There are several initial issues with this view that critics raise. Bethany Sollereder points out two potential problems with the view. Firstly, how can God’s creation be called very good if it is corrupted by demonic opposition?[55] Secondly, she argues that the position lacks Biblical support and that the Bible says that predators are included in God’s very good creation as one part of God’s masterpiece.[56] She uses different examples from Job 38:39-41, 41:25; Genesis 1:21; and Psalm 104:21-26, 146:6 to show that these creatures are part of God’s good creation and are not the result of demonic forces.[57] C John Collins shares the conclusion of Bethany’s exegesis of Psalm 104 when he writes, “Even more, this is not simply a reflection of the Genesis account as an event; rather, it celebrates the way that this created order still continues in human experience.”[58] Ronald Osborn offers other criticisms by stating:
while we should not be quick to dismiss the idea of nonhuman rebellious powers sowing destruction in the cosmos over long periods of evolutionary history… the theodicy problem remains very much unresolved since there is no clear answer to the question of how these dark forces originated and why God should have permitted them to wreak such havoc for so long.[59]
The final problem this view suffers from is that angels and demons are supernatural beings whose existence cannot be definitively proven, and any argument that can be used to justify their existence has a possible naturalistic counter to it.
There are, however, potential answers to these criticisms. Firstly, to Sollereder’s point, very good does not mean perfect or without defect or flaw as noted already. It probably refers to the ordering of the world which is in a non-ordered and chaotic state.[60] Terence Frethem also makes the point that good does not mean that God is done with creation once it comes into being.[61] He goes on to argue that, “The command to ‘subdue’ assumes that the earth was not fully developed, that there was not a once-for-all givenness to the creation at the end of the seventh day.”[62] In fact the task of subduing could be considered dangerous, since it is used elsewhere in Scripture to describe warlike conquest.[63] Also, Genesis 1 does not mention predation as part of the ordering God undertakes, but it does mention God providing vegetation for food as good. Natural disasters are also not mentioned as part of the ordering God is doing. While the text certainly assumes that predators are part of the created order and fulfill the good purposes of God as far as filling their respective domains, the text does not indicate that their predatory nature towards other animals is intended by God. Other texts, such as Psalm 104:21-26 and Job 38:39-41, provide a much stronger case that the predatory nature of animals are part of God’s good creation. However, even these texts could be understood from a cosmic fall lens. Scripture affirms, for example, that all of humanity has sinned and fallen short of God’s glory (Rom 3:23), and that sin is alien to God’s intended purposes for humanity, however humanity is still a creation of God and made in the image of God (Genesis 1:26). In Matthew 19:8, Christ affirms that God allows divorce because of humanity’s sinfulness which means God accommodates humanity’s fallen state. Why would God not do the same for predatory animals who have been corrupted by demonic forces, especially since their existence is on the line? These texts, therefore, could be examples of God accommodating the predatory nature of his corrupted creation. There are also several texts that imply that demonic forces are real, rebelling against God, hold the power of death, and are the forces whose influence Jesus came to vanquish.[64] Scripture seems to affirm, then, that demonic influence is real and that God is combating it in the world.

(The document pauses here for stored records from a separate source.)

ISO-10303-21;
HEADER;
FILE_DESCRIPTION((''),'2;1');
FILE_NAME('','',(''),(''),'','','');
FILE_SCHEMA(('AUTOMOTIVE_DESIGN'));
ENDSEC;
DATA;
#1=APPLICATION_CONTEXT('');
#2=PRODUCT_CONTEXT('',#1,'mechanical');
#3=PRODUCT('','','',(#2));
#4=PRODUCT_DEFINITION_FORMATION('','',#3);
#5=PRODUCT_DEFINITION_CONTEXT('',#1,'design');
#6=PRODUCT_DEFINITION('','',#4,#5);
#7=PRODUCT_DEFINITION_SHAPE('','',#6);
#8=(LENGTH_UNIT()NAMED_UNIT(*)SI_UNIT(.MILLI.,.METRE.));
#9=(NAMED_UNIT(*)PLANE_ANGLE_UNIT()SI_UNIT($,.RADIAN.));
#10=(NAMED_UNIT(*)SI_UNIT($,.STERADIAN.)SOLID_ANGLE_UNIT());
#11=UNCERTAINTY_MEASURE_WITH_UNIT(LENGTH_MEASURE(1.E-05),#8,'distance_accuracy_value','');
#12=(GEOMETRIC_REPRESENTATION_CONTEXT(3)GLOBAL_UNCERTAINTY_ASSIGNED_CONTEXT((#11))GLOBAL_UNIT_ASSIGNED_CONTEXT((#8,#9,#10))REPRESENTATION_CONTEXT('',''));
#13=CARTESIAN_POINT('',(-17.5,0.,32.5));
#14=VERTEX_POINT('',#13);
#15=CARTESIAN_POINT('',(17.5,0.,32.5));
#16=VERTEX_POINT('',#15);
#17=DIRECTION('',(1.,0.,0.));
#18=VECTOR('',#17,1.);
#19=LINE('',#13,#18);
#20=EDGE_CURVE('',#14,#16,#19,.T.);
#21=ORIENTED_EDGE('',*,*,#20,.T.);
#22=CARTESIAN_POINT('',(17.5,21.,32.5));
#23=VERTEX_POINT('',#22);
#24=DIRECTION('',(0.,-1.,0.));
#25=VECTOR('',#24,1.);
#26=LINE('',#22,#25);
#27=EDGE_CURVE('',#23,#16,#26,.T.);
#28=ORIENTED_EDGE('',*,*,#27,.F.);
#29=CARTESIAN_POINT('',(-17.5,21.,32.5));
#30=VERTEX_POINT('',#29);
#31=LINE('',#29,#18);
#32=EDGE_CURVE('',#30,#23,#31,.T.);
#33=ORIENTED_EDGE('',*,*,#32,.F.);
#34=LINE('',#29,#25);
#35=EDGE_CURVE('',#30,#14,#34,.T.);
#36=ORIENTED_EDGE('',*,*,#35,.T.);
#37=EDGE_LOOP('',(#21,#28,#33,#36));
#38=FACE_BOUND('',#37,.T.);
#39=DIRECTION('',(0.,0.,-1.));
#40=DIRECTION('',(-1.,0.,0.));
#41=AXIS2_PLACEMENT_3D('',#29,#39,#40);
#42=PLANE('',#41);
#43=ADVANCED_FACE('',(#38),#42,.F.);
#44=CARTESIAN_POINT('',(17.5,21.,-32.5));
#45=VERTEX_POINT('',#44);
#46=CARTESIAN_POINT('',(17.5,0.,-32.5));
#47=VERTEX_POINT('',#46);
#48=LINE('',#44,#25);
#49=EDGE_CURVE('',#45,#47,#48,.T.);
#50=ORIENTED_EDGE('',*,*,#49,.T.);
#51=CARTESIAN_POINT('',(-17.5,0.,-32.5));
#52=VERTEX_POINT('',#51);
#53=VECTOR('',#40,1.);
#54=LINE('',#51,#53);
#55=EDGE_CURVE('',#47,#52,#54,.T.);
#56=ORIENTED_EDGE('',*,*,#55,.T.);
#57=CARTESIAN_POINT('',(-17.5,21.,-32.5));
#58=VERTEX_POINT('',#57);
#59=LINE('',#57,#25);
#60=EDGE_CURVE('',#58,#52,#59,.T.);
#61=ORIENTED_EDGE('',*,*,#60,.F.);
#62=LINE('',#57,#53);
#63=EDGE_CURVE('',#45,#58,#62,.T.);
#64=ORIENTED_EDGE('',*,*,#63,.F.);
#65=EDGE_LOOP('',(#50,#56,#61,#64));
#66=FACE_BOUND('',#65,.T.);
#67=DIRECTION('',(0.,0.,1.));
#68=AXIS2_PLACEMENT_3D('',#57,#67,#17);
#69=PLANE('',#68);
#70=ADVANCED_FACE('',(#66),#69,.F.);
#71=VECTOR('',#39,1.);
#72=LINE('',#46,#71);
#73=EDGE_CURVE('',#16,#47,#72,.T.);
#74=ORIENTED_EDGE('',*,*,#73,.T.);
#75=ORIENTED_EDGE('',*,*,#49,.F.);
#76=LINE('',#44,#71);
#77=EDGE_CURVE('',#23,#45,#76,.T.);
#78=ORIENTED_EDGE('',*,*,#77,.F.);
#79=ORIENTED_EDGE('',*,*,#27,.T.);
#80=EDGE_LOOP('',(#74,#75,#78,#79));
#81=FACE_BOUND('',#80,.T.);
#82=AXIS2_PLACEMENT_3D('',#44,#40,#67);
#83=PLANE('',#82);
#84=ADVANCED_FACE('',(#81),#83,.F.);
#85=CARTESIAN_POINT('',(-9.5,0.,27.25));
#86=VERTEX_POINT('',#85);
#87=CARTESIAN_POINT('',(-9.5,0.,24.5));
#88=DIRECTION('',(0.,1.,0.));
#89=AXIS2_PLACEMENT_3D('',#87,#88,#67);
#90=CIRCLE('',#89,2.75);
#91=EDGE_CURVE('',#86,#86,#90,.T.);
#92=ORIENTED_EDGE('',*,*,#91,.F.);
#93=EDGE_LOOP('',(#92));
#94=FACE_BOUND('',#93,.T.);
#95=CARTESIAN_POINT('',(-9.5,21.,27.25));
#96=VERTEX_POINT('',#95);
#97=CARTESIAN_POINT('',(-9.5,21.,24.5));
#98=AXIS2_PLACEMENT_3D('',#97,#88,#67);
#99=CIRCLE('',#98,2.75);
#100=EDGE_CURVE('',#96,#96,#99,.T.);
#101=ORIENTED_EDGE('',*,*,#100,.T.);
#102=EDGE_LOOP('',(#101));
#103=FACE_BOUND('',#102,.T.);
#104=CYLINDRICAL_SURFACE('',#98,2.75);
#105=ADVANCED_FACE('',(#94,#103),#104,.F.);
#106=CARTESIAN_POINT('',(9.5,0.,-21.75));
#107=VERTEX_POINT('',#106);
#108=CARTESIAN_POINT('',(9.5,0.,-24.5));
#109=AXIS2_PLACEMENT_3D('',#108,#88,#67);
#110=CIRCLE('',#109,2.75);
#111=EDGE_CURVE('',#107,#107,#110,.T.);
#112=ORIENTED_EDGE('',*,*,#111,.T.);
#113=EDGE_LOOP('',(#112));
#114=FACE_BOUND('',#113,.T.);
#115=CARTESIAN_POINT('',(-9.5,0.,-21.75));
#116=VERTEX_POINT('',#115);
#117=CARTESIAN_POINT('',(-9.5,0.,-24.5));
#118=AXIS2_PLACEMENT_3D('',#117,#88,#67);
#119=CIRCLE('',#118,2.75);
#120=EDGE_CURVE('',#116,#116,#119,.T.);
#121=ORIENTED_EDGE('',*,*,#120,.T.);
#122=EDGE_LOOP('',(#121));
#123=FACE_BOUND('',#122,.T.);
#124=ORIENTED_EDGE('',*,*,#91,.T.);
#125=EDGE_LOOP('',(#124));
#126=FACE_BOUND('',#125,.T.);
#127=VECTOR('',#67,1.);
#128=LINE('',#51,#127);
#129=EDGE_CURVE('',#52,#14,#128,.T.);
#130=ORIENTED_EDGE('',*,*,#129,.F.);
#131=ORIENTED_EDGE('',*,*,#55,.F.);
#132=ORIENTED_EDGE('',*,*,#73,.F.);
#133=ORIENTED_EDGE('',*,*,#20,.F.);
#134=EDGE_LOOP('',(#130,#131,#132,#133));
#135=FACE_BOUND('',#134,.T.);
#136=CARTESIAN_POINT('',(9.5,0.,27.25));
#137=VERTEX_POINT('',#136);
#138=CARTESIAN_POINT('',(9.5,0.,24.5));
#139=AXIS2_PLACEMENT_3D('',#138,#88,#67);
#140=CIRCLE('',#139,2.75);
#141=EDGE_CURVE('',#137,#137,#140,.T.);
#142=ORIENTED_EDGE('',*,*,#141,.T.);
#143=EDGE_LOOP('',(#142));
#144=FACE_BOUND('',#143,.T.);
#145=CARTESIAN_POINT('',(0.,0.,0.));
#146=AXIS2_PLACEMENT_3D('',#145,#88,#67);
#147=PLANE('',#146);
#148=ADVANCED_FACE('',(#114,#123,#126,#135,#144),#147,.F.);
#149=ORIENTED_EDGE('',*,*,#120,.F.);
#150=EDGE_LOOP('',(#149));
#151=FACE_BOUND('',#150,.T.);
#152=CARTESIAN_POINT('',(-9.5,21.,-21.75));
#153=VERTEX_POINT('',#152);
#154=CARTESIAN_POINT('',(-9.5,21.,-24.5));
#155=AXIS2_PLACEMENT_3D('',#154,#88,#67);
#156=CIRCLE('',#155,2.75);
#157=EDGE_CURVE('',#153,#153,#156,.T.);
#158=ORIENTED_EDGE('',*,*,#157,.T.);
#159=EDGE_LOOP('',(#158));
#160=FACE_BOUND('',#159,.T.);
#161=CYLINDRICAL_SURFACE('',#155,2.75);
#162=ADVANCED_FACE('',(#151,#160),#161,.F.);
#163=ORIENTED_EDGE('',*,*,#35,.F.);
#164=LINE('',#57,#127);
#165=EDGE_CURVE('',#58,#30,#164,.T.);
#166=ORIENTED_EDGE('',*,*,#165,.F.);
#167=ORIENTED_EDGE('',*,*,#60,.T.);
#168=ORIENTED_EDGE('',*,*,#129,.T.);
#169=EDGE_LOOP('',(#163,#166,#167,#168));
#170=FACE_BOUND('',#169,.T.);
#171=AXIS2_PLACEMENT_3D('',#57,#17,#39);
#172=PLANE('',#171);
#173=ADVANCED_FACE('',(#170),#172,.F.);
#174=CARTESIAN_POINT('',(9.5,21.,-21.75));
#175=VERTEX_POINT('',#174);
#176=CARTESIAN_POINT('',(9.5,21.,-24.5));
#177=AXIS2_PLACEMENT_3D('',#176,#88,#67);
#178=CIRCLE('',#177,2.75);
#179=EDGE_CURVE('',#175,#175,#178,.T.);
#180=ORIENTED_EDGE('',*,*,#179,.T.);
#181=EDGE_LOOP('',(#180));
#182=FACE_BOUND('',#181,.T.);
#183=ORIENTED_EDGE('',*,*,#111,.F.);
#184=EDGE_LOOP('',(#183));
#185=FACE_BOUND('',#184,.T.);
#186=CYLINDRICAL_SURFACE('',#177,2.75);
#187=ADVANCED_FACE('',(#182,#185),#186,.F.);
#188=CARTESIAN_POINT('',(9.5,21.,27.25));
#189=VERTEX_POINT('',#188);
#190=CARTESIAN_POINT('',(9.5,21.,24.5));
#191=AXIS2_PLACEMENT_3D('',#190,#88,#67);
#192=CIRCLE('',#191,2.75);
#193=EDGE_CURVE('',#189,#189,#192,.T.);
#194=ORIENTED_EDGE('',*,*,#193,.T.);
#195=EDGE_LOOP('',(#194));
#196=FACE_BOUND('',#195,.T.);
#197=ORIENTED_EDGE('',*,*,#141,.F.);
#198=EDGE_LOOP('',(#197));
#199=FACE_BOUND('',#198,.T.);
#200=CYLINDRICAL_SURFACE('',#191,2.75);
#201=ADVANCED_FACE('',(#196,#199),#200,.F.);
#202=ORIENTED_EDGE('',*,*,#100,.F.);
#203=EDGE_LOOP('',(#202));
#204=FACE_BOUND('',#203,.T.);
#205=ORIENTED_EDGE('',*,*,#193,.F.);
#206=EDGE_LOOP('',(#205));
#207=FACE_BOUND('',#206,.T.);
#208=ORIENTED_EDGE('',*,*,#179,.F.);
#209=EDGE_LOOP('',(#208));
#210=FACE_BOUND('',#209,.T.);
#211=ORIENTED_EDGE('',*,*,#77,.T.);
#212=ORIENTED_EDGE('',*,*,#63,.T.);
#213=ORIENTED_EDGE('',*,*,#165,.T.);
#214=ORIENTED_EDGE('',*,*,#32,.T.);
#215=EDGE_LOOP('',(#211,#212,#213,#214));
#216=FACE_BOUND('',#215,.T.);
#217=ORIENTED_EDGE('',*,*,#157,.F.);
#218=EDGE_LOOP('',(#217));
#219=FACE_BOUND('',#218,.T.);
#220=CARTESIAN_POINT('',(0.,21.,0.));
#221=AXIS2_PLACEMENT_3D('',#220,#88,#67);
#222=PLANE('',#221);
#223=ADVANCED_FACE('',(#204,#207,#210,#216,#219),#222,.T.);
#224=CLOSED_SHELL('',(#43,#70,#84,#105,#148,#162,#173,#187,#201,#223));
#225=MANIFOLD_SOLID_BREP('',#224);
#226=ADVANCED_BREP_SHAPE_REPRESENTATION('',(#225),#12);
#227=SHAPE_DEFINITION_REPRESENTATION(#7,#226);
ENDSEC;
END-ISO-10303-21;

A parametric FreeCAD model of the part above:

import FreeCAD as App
import Part
import Sketcher

V = App.Vector

doc = App.newDocument("Part")
body = doc.addObject("PartDesign::Body", "Body")

# Sketch on XZ plane
sketch1 = body.newObject("Sketcher::SketchObject", "Sketch")
sketch1.AttachmentSupport = (doc.getObject("XZ_Plane"), [""])
sketch1.MapMode = "FlatFace"
sketch1.addGeometry([
    Part.LineSegment(V(-18, -32, 0), V(-18, 32, 0)),
    Part.LineSegment(V(-18, 32, 0), V(18, 32, 0)),
    Part.LineSegment(V(18, 32, 0), V(18, -32, 0)),
    Part.LineSegment(V(18, -32, 0), V(-18, -32, 0)),
], False)
sketch1.addConstraint([
    Sketcher.Constraint("Coincident", 0, 2, 1, 1),
    Sketcher.Constraint("Coincident", 1, 2, 2, 1),
    Sketcher.Constraint("Coincident", 2, 2, 3, 1),
    Sketcher.Constraint("Coincident", 3, 2, 0, 1),
    Sketcher.Constraint("Vertical", 0),
    Sketcher.Constraint("Horizontal", 1),
    Sketcher.Constraint("Vertical", 2),
    Sketcher.Constraint("Horizontal", 3),
    Sketcher.Constraint("Symmetric", 0, 2, 2, 2, -1, 1),
    Sketcher.Constraint("DistanceX", 1, 1, 1, 2, 35.0),
    Sketcher.Constraint("DistanceY", 0, 1, 0, 2, 65.0),
])
pad1 = body.newObject("PartDesign::Pad", "Pad")
pad1.Profile = sketch1
pad1.Length = 21
pad1.Reversed = True

# Sketch on XZ plane
sketch2 = body.newObject("Sketcher::SketchObject", "Sketch001")
sketch2.AttachmentSupport = (doc.getObject("XZ_Plane"), [""])
sketch2.MapMode = "FlatFace"
sketch2.AttachmentOffset = App.Placement(V(0, 0, -21), App.Rotation())
sketch2.addGeometry([
    Part.Circle(V(9.5, -24.5, 0), V(0, 0, 1), 2.8),
    Part.Circle(V(-9.5, -24.5, 0), V(0, 0, 1), 2.8),
    Part.Circle(V(-9.5, 24.5, 0), V(0, 0, 1), 2.8),
    Part.Circle(V(9.5, 24.5, 0), V(0, 0, 1), 2.8),
], False)
sketch2.addConstraint([
    Sketcher.Constraint("Equal", 0, 1),
    Sketcher.Constraint("Equal", 1, 2),
    Sketcher.Constraint("Equal", 2, 3),
    Sketcher.Constraint("Symmetric", 0, 3, 2, 3, -1, 1),
    Sketcher.Constraint("Symmetric", 1, 3, 3, 3, -1, 1),
    Sketcher.Constraint("Symmetric", 0, 3, 1, 3, -2),
    Sketcher.Constraint("Diameter", 0, 5.5),
    Sketcher.Constraint("DistanceX", 1, 3, 0, 3, 19.0),
    Sketcher.Constraint("DistanceY", 1, 3, 2, 3, 49.0),
])
doc.recompute()
hole = body.newObject("PartDesign::Hole", "Hole")
hole.Profile = sketch2
hole.ThreadType = "None"
hole.Diameter = 5.5
hole.DepthType = "ThroughAll"
hole.Reversed = True

doc.recompute()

Osborn’s criticisms are harder to deal with. While it is impossible to know why, how, or when Satan and his angels rebelled against God, this does not negate the argument set forward in this defense. His second criticism, however, does deal a blow to this argument if there is no satisfactory answer to it. Why would God allow Satan and his demons to wreak havoc on both the natural and human world for so long? Humanity limits the free will of agents in order to stop greater destruction they might cause once they have already made decisions to do great harm. Why does God not do the same?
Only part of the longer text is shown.